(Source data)
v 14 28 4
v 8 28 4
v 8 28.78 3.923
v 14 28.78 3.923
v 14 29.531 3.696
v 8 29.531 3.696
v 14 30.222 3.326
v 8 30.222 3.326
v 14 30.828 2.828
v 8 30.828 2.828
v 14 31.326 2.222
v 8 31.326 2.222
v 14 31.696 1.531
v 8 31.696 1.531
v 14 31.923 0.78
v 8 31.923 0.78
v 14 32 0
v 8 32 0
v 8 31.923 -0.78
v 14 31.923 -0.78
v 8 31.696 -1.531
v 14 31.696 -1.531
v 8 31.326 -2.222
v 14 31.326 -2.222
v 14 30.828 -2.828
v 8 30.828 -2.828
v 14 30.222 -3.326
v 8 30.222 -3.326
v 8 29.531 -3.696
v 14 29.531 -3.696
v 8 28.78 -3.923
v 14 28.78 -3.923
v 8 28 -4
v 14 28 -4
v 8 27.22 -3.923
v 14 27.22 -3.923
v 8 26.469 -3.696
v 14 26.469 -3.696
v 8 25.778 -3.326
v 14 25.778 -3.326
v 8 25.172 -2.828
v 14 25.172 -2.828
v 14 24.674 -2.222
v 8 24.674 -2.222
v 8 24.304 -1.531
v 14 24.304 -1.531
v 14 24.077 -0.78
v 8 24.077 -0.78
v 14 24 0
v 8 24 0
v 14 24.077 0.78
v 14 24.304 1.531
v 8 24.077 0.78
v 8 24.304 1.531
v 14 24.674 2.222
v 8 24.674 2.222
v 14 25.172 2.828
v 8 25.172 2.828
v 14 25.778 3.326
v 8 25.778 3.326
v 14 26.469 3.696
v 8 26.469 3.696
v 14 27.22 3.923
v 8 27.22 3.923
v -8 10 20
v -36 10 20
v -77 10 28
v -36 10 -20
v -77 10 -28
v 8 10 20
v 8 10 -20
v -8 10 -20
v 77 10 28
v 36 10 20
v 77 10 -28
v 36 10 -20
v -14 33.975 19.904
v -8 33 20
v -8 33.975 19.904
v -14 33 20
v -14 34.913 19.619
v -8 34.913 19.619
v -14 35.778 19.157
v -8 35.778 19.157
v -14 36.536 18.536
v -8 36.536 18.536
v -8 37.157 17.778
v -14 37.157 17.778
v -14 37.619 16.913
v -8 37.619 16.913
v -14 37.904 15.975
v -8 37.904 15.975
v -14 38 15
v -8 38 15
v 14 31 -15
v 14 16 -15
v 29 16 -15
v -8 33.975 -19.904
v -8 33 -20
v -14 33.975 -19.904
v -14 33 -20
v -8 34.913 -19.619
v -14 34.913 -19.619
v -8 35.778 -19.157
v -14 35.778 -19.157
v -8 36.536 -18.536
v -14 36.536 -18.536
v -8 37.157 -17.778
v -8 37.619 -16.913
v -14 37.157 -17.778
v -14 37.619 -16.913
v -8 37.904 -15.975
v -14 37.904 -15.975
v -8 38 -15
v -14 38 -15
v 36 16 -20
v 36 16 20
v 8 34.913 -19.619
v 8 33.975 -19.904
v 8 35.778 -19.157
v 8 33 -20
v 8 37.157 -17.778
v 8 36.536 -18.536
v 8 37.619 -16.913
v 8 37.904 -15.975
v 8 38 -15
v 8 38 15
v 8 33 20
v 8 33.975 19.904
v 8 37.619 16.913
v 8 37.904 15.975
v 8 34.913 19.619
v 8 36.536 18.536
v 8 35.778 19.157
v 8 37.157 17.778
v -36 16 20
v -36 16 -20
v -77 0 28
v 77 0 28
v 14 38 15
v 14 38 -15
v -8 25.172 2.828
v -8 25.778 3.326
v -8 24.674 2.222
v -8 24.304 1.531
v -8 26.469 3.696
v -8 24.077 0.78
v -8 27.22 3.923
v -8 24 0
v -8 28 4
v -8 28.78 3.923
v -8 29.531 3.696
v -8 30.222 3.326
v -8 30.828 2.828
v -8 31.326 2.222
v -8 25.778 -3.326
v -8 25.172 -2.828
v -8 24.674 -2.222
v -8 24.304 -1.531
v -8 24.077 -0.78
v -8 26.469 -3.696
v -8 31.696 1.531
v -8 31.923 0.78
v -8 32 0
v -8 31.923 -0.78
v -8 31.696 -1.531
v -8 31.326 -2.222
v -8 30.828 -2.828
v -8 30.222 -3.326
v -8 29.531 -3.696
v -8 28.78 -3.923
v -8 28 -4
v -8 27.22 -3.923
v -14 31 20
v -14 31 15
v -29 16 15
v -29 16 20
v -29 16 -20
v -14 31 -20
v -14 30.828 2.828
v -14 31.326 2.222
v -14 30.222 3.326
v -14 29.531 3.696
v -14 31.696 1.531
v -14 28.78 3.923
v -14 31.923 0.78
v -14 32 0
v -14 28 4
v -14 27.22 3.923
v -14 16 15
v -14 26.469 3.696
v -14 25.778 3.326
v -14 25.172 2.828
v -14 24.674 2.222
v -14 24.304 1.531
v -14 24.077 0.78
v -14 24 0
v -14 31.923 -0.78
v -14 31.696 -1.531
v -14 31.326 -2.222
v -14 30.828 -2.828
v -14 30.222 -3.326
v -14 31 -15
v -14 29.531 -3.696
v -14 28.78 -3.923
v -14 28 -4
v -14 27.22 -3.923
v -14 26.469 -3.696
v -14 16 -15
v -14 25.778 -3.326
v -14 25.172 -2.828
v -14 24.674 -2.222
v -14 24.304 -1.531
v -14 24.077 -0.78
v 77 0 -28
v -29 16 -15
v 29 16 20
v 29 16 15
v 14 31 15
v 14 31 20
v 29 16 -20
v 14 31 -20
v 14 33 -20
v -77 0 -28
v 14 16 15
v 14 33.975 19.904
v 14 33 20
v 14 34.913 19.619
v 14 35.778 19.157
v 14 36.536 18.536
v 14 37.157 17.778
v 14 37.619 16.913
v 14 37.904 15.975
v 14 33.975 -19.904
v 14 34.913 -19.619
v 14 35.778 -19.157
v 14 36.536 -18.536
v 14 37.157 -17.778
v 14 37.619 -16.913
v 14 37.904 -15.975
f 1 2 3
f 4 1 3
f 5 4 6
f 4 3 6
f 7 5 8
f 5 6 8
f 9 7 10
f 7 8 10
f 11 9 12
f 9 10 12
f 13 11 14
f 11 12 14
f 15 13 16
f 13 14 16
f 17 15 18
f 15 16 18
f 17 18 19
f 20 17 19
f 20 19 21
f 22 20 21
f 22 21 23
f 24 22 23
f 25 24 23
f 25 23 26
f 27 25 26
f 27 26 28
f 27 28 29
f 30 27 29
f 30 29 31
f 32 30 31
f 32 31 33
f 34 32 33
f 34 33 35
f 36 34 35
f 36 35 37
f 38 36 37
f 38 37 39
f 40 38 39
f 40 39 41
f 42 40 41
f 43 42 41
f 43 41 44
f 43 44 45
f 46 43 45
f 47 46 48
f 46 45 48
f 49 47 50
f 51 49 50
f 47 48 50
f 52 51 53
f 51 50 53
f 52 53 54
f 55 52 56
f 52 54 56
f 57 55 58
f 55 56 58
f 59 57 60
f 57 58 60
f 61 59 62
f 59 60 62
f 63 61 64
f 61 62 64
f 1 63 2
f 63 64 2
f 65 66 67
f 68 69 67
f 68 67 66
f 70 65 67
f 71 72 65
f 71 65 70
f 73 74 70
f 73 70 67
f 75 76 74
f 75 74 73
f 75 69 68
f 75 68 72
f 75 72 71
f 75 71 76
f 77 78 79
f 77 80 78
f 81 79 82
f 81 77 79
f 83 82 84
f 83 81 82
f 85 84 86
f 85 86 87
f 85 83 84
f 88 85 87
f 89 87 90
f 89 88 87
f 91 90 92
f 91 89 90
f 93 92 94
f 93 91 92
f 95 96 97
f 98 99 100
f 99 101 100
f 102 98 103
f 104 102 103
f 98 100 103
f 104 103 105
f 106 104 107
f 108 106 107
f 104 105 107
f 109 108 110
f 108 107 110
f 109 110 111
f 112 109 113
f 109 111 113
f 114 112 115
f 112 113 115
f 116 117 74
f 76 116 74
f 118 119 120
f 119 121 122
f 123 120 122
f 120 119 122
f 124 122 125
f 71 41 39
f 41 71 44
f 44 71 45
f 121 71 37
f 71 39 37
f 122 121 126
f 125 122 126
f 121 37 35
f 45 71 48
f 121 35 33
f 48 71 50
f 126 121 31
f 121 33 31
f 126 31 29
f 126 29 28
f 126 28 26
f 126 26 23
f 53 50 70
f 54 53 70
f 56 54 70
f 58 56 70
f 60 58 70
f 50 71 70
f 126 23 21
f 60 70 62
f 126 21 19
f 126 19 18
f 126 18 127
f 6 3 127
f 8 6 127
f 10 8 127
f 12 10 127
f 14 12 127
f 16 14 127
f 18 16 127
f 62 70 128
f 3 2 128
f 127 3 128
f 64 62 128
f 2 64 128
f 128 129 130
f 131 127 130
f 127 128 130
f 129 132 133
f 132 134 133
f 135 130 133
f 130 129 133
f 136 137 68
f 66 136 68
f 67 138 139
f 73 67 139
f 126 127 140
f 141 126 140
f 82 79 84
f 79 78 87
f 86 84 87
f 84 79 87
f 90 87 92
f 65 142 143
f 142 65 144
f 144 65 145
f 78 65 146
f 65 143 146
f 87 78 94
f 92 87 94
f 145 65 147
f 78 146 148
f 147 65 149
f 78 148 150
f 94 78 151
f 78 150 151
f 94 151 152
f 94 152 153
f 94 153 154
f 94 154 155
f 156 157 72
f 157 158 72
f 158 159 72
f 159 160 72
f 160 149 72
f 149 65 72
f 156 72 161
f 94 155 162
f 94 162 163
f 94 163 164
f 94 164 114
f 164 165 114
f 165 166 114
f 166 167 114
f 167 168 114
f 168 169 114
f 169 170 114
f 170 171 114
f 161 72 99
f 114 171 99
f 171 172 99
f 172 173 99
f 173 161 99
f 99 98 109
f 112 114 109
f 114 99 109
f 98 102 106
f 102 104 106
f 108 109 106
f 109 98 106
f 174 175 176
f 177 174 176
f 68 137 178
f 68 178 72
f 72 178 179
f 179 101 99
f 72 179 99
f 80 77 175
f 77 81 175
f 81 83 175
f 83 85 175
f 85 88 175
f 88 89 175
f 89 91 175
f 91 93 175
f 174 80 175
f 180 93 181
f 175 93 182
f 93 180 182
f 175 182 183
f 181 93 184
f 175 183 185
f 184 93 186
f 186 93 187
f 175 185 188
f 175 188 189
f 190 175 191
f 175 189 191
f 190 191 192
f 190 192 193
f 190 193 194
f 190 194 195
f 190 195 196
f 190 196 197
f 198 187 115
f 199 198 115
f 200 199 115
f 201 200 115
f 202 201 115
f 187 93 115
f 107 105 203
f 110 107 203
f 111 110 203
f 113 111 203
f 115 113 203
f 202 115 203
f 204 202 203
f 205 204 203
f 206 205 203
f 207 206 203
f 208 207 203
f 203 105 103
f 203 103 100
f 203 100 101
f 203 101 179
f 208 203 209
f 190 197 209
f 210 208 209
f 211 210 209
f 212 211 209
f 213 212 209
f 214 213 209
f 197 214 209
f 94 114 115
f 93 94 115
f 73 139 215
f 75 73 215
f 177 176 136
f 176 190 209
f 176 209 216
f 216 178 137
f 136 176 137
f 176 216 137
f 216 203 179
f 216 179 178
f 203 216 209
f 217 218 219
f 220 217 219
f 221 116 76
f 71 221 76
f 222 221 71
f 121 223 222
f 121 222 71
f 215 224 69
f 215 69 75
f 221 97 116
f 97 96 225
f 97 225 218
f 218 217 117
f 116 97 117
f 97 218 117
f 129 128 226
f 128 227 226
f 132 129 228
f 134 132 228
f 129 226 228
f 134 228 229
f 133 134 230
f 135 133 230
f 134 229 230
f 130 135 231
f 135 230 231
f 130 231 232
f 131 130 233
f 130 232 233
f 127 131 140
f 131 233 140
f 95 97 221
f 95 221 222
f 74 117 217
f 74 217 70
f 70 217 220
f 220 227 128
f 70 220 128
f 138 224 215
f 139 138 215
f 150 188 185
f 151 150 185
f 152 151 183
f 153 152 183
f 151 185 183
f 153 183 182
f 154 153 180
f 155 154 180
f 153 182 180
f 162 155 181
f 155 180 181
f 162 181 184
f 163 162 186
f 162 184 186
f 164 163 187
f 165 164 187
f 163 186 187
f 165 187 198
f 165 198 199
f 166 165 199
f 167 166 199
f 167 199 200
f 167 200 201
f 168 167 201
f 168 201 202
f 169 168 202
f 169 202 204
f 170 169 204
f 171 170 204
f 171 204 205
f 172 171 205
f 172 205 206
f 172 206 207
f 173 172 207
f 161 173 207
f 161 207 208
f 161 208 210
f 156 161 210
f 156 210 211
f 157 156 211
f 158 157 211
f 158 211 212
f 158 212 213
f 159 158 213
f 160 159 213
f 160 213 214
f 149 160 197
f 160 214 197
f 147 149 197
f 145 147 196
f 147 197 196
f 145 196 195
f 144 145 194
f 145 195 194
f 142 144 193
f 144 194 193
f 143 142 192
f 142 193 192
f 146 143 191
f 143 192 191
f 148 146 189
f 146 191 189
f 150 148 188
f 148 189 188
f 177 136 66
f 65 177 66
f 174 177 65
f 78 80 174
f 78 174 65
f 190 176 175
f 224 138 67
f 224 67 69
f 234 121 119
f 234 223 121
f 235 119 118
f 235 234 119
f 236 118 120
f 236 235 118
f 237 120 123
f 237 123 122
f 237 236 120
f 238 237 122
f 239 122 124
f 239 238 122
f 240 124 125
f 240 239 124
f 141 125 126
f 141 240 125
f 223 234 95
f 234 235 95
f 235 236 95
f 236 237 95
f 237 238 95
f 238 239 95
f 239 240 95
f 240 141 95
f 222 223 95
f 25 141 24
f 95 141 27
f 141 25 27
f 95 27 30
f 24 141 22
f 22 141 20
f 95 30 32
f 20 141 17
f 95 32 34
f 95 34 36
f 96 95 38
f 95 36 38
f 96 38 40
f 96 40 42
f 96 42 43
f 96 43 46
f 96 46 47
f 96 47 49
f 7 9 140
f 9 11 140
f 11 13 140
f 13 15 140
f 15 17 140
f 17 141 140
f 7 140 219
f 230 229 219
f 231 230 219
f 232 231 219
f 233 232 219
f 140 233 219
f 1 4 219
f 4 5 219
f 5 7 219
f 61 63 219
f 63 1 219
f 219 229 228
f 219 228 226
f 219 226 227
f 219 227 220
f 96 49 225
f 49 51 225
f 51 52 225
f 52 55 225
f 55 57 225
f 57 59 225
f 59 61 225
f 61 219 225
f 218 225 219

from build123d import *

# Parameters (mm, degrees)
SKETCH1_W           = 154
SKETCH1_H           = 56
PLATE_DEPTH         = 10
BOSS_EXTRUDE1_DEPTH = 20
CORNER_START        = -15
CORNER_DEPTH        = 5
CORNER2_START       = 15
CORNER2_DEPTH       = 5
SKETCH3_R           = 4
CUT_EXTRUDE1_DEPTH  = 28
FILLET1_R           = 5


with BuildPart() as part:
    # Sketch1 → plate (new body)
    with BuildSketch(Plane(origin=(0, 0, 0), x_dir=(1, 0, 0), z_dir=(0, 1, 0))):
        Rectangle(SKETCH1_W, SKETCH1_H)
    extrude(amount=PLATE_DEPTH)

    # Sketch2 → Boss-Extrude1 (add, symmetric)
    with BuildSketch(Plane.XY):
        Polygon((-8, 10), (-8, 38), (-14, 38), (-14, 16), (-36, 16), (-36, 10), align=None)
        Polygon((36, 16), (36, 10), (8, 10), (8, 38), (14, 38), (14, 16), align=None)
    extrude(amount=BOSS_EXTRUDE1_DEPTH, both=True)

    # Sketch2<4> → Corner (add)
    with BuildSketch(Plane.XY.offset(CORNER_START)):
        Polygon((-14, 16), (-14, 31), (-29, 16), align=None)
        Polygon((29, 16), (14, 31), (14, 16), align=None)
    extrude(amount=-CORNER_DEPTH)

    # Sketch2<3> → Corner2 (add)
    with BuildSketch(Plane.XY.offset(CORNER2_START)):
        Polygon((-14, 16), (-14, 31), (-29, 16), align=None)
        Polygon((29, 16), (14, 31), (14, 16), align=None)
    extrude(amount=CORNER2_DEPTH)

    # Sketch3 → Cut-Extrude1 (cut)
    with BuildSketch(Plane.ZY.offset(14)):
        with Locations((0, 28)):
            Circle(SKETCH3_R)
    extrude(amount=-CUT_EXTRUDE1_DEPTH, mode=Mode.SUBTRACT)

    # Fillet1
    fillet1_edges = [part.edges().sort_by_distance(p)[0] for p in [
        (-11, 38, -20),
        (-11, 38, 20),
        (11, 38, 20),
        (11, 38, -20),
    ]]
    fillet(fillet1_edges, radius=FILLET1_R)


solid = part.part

==

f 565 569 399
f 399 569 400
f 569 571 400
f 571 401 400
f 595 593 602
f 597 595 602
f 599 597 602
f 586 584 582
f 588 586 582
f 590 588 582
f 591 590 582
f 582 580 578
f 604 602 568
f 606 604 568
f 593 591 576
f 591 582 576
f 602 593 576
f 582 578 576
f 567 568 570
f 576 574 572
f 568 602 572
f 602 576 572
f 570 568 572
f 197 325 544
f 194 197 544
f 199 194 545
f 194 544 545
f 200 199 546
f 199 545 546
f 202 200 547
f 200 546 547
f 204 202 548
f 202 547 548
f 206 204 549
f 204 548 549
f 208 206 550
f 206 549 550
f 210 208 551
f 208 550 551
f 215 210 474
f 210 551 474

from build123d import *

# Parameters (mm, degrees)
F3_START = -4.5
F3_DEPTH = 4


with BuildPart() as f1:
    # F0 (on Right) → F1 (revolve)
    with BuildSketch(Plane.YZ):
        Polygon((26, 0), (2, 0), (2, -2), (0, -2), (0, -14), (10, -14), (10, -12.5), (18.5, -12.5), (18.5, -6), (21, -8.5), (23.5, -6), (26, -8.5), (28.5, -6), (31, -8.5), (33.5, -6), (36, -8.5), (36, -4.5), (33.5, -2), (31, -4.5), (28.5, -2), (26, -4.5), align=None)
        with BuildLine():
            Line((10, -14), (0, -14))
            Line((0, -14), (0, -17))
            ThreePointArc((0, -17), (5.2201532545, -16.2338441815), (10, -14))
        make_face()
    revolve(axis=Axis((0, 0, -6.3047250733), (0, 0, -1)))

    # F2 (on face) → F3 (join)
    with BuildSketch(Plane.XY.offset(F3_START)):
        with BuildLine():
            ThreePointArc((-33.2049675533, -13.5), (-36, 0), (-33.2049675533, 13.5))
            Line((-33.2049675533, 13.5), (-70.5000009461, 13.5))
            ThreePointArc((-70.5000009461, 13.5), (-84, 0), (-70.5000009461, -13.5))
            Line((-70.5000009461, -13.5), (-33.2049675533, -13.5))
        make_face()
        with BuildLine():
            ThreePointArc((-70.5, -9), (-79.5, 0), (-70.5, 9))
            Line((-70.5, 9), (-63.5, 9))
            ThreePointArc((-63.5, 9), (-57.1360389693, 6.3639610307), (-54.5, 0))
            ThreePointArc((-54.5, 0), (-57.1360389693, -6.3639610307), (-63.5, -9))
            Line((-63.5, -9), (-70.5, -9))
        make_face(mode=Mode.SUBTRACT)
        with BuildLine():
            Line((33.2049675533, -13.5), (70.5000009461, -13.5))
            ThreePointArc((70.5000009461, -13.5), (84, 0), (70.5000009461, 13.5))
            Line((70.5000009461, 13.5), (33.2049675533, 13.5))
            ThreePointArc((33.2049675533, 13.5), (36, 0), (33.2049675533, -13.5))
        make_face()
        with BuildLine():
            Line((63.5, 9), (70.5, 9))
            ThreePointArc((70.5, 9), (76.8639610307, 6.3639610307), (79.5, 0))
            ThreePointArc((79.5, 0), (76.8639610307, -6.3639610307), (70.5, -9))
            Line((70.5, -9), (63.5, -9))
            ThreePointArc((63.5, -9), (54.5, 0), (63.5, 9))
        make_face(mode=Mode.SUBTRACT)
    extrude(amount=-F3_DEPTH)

==

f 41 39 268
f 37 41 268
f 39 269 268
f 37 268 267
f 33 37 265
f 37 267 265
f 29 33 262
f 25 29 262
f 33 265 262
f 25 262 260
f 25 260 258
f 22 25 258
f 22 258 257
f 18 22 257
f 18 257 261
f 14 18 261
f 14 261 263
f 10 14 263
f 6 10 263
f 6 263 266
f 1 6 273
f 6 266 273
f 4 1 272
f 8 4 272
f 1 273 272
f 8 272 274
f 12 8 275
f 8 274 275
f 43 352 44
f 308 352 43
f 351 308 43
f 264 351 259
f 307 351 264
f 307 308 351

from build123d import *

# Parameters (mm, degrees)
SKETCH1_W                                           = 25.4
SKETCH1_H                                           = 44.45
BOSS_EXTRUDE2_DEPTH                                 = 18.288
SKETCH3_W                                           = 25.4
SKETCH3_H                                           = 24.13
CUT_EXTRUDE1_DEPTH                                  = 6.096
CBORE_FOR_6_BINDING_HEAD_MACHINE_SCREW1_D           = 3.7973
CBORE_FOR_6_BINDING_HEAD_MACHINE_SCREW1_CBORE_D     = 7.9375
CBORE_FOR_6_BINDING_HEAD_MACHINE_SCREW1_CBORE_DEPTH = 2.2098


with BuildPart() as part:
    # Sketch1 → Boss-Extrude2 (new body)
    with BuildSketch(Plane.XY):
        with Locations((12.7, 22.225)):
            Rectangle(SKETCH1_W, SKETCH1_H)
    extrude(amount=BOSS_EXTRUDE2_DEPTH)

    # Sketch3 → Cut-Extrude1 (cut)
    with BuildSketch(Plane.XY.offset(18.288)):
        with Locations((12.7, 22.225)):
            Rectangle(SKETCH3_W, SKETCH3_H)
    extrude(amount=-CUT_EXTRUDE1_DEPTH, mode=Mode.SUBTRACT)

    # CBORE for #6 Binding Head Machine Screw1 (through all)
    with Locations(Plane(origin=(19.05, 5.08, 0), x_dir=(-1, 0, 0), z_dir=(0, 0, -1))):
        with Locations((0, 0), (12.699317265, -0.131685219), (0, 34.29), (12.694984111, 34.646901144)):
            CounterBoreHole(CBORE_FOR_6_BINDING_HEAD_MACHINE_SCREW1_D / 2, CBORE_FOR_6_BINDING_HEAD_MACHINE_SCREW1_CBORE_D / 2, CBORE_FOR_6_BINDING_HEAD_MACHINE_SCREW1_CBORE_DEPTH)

- [Problem requirements]:
What lines of the data contain the string "revolve"? List them.

- [Answer space]:
    # F0 (on Right) → F1 (revolve)
    revolve(axis=Axis((0, 0, -6.3047250733), (0, 0, -1)))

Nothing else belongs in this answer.